## [What to do]
For the material below, output exactly the span from the line with "e17 v16 v15 LINE" to the line with "e20 v18 v18", including both, and nothing besides.

## [Data extract]
____
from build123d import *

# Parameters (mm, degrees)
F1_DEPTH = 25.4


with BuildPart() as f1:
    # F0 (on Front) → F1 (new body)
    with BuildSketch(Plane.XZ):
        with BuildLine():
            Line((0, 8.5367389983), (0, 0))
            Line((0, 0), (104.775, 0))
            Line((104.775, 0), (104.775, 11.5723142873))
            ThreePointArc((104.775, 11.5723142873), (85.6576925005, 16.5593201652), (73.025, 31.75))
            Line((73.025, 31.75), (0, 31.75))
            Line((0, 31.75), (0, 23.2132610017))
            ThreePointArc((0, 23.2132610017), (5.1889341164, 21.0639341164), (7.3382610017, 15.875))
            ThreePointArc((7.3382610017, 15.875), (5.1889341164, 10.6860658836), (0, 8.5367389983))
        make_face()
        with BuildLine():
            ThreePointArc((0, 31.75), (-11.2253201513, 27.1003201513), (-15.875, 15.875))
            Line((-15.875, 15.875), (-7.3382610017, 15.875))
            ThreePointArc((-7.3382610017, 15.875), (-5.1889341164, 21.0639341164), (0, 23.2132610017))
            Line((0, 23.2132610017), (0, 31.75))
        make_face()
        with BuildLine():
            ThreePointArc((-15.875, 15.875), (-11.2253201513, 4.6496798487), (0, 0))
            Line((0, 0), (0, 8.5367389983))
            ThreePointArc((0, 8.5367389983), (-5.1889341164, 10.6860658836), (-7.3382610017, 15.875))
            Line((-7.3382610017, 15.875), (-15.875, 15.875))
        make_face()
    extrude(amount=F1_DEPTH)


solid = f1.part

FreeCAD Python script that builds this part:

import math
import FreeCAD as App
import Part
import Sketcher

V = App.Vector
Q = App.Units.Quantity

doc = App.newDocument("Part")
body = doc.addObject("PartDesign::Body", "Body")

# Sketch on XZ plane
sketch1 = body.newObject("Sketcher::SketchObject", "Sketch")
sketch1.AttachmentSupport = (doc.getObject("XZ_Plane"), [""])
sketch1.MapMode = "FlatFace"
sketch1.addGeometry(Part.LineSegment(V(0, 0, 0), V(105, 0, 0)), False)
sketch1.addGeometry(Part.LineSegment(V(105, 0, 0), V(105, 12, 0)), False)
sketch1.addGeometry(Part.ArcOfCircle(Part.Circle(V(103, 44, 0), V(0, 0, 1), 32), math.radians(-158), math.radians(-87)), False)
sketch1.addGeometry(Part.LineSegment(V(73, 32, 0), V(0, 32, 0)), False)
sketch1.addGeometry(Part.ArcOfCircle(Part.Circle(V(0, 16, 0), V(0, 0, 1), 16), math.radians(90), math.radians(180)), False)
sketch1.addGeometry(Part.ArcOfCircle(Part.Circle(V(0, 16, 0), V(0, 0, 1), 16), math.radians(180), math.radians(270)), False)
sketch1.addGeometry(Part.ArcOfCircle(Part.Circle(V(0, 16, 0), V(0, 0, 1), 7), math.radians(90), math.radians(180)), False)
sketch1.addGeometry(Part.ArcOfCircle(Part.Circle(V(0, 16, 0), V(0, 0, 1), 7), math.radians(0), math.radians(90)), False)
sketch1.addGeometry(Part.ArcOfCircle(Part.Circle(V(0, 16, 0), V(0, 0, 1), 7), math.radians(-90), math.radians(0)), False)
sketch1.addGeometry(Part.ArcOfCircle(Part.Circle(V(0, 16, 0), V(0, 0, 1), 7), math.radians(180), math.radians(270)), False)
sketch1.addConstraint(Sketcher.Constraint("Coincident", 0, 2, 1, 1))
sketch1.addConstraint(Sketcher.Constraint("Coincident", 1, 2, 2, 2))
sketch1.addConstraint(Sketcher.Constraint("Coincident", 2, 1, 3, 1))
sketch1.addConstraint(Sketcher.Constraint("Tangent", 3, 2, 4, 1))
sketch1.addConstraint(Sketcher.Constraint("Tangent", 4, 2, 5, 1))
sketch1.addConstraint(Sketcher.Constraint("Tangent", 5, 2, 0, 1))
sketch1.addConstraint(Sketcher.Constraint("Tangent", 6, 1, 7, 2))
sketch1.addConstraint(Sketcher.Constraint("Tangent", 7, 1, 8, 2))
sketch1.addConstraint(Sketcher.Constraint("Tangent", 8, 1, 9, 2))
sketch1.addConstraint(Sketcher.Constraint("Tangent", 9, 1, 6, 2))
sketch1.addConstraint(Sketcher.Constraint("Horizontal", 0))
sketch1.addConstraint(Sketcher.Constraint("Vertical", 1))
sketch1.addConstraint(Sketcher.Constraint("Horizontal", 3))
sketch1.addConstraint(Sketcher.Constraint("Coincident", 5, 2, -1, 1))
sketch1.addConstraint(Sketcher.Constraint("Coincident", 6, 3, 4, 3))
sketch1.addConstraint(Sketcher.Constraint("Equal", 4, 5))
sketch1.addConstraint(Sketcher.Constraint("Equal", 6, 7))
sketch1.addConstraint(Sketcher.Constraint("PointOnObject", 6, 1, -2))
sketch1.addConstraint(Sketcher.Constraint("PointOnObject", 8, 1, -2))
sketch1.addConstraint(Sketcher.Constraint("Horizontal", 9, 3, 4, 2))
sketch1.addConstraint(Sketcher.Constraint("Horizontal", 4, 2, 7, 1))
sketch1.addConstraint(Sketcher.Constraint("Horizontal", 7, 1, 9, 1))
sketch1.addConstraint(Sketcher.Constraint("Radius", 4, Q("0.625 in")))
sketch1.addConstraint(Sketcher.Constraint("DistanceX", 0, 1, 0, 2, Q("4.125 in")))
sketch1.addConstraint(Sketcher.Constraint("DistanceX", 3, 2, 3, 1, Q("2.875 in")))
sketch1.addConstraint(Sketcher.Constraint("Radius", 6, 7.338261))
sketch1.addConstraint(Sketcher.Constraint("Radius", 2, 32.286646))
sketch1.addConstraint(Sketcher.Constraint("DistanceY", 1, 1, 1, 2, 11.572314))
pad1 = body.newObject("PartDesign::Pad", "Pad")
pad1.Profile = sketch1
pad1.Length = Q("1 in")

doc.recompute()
____
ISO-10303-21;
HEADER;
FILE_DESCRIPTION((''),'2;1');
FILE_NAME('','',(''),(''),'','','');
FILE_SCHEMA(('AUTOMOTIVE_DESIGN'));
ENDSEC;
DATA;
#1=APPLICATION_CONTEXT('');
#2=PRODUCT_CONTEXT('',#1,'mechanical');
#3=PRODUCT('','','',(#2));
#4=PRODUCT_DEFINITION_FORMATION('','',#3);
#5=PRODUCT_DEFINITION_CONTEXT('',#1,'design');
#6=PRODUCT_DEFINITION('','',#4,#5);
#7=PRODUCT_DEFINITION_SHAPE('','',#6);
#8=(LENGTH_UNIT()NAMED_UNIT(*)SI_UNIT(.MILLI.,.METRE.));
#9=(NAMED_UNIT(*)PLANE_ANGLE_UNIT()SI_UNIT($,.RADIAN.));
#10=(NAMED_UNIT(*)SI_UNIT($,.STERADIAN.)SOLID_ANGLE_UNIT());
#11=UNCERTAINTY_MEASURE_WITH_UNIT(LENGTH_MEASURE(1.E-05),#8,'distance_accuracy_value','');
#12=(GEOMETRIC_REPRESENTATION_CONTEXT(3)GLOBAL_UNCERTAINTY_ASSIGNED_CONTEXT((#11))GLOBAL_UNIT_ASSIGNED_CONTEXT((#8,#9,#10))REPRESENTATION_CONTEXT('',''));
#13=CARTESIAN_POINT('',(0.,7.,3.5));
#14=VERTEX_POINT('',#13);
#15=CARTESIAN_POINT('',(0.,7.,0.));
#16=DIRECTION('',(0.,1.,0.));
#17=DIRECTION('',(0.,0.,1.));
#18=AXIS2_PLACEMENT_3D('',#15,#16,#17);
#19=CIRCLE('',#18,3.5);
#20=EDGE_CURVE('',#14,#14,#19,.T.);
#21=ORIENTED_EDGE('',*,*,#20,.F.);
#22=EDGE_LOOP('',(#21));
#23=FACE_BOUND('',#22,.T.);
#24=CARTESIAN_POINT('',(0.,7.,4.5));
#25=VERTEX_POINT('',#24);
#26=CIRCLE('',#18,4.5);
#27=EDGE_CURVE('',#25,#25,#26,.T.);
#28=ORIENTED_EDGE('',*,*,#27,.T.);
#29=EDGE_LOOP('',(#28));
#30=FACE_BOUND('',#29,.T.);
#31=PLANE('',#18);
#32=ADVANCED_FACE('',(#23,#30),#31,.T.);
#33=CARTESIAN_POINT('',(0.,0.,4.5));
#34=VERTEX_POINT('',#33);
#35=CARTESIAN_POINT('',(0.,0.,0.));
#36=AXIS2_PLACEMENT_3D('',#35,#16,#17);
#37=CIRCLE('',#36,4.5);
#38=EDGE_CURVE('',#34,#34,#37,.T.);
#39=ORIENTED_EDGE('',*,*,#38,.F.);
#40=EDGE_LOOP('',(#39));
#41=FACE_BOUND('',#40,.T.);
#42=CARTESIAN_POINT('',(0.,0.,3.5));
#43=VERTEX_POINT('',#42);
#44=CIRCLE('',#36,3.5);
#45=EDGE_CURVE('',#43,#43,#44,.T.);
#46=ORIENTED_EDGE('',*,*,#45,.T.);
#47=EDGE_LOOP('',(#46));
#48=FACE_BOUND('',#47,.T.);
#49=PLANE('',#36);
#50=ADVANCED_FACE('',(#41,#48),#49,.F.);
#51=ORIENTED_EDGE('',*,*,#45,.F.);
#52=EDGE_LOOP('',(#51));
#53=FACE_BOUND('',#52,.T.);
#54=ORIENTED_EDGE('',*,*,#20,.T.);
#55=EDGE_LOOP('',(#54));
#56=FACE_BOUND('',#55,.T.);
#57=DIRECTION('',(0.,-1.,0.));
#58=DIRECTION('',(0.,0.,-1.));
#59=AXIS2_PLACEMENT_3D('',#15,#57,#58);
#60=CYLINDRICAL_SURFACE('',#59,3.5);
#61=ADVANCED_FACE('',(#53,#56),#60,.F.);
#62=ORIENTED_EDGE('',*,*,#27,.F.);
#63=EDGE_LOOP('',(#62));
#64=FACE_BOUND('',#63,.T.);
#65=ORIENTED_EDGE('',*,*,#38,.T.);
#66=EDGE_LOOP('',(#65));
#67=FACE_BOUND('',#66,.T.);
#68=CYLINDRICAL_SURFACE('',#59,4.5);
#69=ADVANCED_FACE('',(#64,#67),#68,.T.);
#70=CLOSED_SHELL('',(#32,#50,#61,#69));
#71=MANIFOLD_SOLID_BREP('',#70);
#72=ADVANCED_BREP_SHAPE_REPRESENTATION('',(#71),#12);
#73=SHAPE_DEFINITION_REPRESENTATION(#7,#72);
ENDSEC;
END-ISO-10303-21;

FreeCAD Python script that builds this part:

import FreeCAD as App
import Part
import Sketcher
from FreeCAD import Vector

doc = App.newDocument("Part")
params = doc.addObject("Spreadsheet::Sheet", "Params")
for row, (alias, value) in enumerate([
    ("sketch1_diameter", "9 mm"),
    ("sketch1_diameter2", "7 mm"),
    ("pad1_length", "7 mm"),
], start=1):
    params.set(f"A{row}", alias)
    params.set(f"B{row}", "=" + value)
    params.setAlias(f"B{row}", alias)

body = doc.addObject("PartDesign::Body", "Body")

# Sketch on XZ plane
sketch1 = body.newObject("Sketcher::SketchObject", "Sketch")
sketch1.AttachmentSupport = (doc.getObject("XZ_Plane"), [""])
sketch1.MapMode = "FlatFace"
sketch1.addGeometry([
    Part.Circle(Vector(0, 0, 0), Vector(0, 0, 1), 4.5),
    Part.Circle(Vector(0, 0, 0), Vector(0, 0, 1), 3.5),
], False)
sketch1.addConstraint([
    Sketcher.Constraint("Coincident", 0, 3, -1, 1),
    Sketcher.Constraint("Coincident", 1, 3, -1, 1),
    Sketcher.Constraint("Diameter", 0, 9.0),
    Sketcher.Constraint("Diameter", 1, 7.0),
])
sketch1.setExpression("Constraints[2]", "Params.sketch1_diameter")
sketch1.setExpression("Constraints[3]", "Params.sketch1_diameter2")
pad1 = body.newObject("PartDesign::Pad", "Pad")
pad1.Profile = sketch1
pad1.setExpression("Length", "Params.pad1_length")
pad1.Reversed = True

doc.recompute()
____
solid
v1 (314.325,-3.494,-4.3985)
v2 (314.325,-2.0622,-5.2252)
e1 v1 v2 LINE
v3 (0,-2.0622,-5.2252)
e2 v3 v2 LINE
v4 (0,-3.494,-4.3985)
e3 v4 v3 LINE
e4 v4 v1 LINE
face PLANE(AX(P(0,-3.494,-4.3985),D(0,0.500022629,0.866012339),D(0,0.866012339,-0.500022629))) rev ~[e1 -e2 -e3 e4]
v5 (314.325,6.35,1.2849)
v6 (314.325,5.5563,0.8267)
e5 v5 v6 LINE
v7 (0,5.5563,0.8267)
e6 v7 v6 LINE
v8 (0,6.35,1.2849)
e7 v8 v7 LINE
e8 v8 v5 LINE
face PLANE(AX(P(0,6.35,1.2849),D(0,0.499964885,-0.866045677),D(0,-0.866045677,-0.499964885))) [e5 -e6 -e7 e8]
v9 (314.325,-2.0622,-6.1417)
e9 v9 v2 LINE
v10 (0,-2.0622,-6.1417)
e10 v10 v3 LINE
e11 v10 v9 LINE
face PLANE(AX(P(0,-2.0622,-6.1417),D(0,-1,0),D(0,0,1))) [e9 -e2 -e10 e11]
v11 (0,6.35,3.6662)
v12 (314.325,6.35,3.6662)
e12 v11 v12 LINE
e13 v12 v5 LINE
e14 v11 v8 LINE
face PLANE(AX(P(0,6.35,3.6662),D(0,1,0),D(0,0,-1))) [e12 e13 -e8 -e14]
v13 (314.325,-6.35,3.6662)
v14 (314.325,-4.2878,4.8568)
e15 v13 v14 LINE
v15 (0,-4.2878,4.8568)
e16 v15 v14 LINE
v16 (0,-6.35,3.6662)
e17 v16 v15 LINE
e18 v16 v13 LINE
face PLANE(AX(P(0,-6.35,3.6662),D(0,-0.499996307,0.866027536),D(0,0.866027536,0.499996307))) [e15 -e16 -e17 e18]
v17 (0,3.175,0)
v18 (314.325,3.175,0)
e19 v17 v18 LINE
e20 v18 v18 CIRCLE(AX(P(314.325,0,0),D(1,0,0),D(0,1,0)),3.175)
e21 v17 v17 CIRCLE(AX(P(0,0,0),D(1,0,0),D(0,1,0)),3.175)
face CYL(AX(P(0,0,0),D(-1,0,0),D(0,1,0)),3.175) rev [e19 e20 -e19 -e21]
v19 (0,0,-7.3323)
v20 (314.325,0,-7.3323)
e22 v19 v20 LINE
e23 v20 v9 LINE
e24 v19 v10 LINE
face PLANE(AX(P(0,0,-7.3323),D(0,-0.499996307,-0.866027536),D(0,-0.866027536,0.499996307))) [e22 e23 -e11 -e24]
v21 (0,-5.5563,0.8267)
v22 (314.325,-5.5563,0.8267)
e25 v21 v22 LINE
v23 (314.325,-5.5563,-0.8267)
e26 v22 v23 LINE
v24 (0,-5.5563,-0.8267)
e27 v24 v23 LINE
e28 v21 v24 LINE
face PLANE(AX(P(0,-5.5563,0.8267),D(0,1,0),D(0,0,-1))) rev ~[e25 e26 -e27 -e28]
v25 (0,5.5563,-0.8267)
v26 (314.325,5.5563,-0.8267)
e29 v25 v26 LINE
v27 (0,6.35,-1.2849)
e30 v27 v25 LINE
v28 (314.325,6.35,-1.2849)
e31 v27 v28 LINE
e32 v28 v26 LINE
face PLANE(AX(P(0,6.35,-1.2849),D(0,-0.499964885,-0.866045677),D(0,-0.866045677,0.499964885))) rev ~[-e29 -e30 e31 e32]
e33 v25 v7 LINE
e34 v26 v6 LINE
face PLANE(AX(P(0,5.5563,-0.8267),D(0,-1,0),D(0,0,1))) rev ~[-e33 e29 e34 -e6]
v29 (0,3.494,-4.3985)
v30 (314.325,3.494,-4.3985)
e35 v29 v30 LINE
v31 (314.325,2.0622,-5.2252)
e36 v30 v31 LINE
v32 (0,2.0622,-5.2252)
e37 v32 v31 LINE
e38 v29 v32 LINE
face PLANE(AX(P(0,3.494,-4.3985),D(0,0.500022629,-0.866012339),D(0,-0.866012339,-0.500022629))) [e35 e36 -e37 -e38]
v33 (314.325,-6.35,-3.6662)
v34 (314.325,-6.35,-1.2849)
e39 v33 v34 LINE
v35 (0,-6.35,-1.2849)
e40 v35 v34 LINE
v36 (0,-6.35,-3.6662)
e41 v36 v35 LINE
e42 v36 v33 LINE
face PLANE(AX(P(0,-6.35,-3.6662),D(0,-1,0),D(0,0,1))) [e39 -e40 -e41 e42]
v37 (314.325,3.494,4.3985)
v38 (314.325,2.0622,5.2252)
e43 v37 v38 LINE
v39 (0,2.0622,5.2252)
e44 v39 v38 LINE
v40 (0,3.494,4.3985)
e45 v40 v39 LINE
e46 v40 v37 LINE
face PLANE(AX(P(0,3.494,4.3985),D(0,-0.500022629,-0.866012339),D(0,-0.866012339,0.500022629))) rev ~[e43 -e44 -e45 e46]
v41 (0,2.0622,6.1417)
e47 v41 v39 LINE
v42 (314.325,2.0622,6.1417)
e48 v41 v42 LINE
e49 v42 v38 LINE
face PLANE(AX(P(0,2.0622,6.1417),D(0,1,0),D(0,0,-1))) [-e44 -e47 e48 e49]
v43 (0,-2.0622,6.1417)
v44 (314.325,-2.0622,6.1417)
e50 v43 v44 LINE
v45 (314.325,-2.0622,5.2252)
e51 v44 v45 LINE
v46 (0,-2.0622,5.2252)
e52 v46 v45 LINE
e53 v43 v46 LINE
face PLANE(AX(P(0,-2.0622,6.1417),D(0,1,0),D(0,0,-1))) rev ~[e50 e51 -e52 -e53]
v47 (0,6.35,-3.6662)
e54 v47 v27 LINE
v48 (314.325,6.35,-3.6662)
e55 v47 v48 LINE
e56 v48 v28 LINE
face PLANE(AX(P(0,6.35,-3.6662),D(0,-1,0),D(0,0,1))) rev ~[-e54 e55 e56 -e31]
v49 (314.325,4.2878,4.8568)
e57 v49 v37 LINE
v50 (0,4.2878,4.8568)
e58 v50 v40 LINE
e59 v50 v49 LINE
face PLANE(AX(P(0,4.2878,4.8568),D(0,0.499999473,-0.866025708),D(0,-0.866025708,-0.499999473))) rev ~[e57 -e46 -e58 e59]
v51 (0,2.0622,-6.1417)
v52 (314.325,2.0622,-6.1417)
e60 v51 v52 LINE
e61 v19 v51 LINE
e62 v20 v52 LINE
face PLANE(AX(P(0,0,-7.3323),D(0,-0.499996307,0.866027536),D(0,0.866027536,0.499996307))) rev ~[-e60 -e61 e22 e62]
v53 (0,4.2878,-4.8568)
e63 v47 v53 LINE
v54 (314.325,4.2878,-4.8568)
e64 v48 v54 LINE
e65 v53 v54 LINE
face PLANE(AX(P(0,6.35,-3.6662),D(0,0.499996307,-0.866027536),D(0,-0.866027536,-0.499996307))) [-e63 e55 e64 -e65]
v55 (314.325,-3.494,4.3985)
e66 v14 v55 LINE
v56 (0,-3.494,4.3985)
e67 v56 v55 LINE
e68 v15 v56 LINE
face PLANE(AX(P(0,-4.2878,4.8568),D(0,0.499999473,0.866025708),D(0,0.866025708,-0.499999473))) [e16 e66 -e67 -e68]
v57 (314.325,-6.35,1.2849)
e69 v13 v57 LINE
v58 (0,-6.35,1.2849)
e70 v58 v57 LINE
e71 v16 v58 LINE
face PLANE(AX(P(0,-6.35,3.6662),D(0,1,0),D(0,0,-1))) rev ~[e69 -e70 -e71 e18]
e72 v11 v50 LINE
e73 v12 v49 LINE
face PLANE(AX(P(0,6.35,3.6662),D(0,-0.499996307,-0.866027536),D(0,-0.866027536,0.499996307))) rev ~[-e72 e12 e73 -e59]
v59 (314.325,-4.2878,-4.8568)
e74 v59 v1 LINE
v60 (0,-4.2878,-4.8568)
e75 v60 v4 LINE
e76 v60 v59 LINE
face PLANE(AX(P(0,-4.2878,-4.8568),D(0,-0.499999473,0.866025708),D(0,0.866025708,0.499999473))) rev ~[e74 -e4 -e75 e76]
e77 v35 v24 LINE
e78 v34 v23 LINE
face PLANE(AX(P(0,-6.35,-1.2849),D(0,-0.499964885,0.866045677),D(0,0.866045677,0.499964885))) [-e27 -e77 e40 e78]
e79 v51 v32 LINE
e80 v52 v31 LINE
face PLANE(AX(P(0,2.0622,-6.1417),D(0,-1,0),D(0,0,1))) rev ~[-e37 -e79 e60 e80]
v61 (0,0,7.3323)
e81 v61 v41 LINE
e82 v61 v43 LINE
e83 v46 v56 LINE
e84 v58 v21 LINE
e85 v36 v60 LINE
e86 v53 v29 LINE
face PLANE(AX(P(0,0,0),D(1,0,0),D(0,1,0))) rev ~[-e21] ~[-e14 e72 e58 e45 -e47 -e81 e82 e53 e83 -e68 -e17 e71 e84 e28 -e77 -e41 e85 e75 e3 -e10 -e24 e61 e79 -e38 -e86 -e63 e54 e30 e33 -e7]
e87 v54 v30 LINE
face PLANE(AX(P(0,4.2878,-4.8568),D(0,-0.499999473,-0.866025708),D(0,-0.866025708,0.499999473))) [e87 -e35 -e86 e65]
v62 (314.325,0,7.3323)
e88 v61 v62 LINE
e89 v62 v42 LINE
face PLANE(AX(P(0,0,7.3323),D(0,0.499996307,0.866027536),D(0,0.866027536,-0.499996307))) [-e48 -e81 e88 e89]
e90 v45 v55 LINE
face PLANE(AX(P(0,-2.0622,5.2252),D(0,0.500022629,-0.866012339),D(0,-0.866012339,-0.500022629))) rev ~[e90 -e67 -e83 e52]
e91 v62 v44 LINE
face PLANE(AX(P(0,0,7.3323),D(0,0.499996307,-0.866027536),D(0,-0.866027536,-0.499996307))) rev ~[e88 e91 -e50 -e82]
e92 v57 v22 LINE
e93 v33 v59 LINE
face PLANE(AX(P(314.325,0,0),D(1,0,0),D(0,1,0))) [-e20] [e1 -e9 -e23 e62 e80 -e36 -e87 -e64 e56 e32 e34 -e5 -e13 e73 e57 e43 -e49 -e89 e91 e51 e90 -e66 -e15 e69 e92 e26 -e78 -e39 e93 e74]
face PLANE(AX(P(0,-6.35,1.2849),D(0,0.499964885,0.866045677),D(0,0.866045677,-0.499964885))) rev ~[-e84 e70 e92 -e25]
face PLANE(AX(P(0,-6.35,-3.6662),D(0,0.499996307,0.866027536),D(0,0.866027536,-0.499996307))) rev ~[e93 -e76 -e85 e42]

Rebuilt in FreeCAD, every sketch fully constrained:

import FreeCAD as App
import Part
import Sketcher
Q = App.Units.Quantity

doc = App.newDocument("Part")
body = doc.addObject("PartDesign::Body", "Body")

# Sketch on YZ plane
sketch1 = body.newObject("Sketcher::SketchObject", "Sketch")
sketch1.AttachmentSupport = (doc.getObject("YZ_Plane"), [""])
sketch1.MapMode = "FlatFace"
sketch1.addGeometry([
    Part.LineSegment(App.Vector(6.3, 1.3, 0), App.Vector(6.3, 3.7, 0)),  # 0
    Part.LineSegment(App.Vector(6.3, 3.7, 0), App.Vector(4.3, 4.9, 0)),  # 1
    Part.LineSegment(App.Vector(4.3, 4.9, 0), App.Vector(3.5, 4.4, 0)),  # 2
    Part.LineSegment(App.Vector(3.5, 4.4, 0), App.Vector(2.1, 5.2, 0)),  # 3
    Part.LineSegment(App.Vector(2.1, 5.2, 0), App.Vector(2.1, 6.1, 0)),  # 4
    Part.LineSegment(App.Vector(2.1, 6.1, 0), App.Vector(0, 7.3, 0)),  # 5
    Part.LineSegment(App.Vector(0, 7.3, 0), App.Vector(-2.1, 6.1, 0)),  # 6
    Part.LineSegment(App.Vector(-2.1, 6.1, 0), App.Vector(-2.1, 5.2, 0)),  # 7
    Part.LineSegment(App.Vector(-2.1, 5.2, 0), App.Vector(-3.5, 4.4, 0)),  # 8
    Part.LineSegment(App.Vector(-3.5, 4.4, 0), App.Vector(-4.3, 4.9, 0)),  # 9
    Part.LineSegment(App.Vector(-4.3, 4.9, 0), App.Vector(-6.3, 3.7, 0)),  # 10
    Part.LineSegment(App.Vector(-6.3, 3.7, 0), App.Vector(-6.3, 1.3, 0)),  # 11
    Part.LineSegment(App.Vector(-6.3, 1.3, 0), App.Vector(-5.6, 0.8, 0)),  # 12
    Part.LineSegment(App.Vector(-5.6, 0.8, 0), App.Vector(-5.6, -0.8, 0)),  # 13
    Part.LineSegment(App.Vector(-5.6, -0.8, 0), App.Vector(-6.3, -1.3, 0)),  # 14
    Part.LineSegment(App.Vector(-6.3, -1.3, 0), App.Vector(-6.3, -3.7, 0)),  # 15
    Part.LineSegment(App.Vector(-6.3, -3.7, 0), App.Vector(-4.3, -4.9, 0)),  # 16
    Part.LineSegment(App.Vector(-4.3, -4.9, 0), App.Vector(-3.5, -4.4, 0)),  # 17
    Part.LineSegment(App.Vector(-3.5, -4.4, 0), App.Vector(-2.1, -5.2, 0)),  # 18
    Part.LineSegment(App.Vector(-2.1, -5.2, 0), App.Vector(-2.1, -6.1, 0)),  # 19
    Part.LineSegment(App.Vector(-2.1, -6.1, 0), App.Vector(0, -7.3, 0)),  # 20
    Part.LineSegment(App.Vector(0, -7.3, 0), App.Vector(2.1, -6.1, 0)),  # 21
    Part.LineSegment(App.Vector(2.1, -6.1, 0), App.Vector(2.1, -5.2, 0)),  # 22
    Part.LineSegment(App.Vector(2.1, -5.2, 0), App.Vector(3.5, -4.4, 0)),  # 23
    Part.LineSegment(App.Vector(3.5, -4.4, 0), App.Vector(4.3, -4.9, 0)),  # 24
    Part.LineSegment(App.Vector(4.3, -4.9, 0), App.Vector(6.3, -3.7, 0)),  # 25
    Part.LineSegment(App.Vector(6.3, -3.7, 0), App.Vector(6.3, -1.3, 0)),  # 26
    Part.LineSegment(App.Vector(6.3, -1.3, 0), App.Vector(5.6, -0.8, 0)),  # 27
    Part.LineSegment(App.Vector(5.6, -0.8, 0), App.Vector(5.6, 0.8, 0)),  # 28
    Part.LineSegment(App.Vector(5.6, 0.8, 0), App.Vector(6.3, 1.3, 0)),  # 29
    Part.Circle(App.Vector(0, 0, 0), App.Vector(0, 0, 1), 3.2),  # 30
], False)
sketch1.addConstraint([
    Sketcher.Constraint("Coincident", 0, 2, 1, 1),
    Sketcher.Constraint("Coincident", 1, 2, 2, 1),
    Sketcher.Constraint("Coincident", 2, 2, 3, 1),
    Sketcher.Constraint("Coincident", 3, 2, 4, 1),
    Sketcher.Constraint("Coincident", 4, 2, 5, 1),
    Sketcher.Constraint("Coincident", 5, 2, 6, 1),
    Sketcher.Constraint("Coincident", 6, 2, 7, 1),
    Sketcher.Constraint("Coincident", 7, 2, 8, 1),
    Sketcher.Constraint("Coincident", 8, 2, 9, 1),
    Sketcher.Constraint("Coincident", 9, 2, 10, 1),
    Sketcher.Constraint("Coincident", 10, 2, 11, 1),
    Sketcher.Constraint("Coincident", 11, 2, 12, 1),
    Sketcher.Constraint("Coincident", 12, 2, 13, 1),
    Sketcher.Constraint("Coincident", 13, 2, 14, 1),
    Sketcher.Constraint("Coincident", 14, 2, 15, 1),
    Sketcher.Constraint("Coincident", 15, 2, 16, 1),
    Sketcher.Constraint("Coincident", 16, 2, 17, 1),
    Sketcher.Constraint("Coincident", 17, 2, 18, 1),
____
## [Solution to this problem]
e17 v16 v15 LINE
e18 v16 v13 LINE
face PLANE(AX(P(0,-6.35,3.6662),D(0,-0.499996307,0.866027536),D(0,0.866027536,0.499996307))) [e15 -e16 -e17 e18]
v17 (0,3.175,0)
v18 (314.325,3.175,0)
e19 v17 v18 LINE
e20 v18 v18 CIRCLE(AX(P(314.325,0,0),D(1,0,0),D(0,1,0)),3.175)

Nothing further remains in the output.